Michelle Goldberg writes: Until Tuesday night, I had assumed that my neighborhood, Cobble Hill, Brooklyn, was overwhelmingly supporting Bernie Sanders. Sanders bumper stickers and T-shirts outnumbered those for Hillary Clinton by what seemed like 20 to 1. A couple of times, I thought about putting my baby daughter in a Clinton onesie — whatever my hesitations about Clinton’s candidacy, I love the idea of my girl’s first image of an American president being female. But I always hesitated, not wanting to invite playground harangues from local dads about Goldman Sachs and the Fed.

When I looked up Cobble Hill on the nifty New York Times tool providing neighborhood-by-neighborhood results, however, it turned out that Clinton won the immediate area around my apartment by 59.4 percent. A block over, she won by 72.5 percent. She won all around me. A lot of Clinton supporters, evidently, have been keeping quiet about their allegiances.

There are a couple of explanations for this. Sanders fans seem to be more enthusiastic, though it takes a certain amount of enthusiasm to vote in a primary at all. Registered independents couldn’t vote in New York’s closed primary, particularly given the absurd, undemocratic October deadline for switching parties. But I think there might be something else at work as well: an optical illusion that the candidate with the most white male support had the most support, period. I had let myself mistake the loudest people for The People.

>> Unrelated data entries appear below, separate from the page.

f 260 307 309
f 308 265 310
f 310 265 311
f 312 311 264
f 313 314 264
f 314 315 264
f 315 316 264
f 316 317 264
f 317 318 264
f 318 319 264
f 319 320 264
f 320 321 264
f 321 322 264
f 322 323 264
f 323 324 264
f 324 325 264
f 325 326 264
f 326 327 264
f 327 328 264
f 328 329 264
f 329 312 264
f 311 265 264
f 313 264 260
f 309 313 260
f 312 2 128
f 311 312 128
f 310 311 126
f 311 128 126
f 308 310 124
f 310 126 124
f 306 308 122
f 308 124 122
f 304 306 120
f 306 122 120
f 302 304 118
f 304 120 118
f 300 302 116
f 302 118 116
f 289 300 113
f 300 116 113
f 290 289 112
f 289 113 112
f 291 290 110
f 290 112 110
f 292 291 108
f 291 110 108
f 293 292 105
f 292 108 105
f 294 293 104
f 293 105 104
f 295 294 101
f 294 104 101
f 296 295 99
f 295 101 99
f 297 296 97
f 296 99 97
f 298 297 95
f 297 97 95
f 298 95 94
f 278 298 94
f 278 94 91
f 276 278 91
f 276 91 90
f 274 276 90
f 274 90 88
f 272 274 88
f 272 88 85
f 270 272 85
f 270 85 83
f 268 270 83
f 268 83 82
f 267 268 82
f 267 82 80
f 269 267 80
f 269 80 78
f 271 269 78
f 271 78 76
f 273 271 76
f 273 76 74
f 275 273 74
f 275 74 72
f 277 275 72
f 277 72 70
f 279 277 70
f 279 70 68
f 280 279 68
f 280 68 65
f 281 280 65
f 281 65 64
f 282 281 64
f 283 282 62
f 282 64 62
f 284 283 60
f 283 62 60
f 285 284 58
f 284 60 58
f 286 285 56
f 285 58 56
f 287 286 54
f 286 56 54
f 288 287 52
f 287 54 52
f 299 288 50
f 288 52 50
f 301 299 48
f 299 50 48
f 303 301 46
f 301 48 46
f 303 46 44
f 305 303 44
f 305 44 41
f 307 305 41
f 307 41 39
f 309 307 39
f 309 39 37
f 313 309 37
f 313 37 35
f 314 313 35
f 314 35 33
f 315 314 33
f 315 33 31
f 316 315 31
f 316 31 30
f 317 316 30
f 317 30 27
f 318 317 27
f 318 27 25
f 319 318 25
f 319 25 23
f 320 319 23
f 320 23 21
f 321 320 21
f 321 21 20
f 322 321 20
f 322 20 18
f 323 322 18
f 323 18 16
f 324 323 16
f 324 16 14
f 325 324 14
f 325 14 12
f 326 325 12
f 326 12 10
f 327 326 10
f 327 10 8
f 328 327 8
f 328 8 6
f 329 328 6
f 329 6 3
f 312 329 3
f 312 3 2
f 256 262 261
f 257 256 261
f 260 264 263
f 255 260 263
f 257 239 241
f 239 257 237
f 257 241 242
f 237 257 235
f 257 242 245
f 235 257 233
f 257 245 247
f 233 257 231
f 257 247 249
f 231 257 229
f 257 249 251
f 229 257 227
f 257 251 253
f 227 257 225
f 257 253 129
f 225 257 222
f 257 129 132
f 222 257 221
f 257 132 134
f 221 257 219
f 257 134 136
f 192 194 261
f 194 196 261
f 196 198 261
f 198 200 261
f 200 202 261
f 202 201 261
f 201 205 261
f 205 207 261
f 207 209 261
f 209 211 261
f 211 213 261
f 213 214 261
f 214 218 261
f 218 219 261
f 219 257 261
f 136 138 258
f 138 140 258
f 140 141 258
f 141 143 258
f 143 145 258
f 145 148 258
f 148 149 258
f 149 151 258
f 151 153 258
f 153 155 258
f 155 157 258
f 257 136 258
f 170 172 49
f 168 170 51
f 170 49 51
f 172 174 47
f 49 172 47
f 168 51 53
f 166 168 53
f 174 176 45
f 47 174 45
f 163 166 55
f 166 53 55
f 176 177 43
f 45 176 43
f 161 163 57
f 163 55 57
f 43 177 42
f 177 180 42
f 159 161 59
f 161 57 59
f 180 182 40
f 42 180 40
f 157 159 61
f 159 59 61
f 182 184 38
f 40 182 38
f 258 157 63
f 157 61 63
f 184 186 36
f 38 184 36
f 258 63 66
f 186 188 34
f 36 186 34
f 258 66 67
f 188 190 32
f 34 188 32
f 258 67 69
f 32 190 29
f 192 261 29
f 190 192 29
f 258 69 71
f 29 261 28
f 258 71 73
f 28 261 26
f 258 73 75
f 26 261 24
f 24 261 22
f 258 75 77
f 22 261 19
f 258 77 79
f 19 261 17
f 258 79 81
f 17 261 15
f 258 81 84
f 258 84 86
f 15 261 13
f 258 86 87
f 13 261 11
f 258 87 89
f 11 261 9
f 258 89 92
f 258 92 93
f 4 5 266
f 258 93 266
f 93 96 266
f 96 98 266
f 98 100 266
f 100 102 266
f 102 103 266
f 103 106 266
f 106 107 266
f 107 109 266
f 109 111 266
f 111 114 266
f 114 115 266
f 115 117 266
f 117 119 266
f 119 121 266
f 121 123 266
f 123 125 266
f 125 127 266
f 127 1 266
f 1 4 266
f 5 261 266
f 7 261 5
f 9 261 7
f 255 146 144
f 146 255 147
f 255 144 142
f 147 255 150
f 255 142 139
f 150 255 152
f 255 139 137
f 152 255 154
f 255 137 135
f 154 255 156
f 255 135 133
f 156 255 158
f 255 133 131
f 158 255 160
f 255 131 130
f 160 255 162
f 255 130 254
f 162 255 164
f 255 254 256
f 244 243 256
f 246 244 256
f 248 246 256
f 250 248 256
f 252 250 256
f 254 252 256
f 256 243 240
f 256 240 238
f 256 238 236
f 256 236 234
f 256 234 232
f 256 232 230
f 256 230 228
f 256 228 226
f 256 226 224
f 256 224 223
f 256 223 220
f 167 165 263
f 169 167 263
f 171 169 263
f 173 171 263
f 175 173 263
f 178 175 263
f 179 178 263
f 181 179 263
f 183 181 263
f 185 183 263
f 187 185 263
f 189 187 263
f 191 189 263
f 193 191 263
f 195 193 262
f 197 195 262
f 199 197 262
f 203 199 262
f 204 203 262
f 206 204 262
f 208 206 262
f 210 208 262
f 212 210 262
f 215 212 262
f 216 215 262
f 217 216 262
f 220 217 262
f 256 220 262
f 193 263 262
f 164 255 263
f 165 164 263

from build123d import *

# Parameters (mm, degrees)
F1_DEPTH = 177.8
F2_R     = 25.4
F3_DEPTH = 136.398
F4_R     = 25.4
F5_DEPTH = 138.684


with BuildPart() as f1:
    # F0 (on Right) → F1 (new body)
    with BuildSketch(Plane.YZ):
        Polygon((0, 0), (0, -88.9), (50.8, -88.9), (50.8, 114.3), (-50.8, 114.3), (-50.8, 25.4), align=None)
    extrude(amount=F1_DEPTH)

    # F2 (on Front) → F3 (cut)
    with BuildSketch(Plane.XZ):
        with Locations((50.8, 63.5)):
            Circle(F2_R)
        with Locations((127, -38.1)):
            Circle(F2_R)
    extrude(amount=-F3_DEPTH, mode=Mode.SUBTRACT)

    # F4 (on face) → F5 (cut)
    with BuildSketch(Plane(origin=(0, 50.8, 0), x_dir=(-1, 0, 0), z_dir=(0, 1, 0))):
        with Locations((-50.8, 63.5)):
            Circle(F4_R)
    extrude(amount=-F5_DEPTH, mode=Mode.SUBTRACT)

I’m not trying to deny that the Sanders coalition is diverse or to erase the many passionate women and men of color who supported him. But the fact remains that according to exit polls, Clinton won every racial and gender demographic except white men. And somehow, I’d become convinced that, in my own backyard, their preferences were far more widespread than they really are. [Continue reading…]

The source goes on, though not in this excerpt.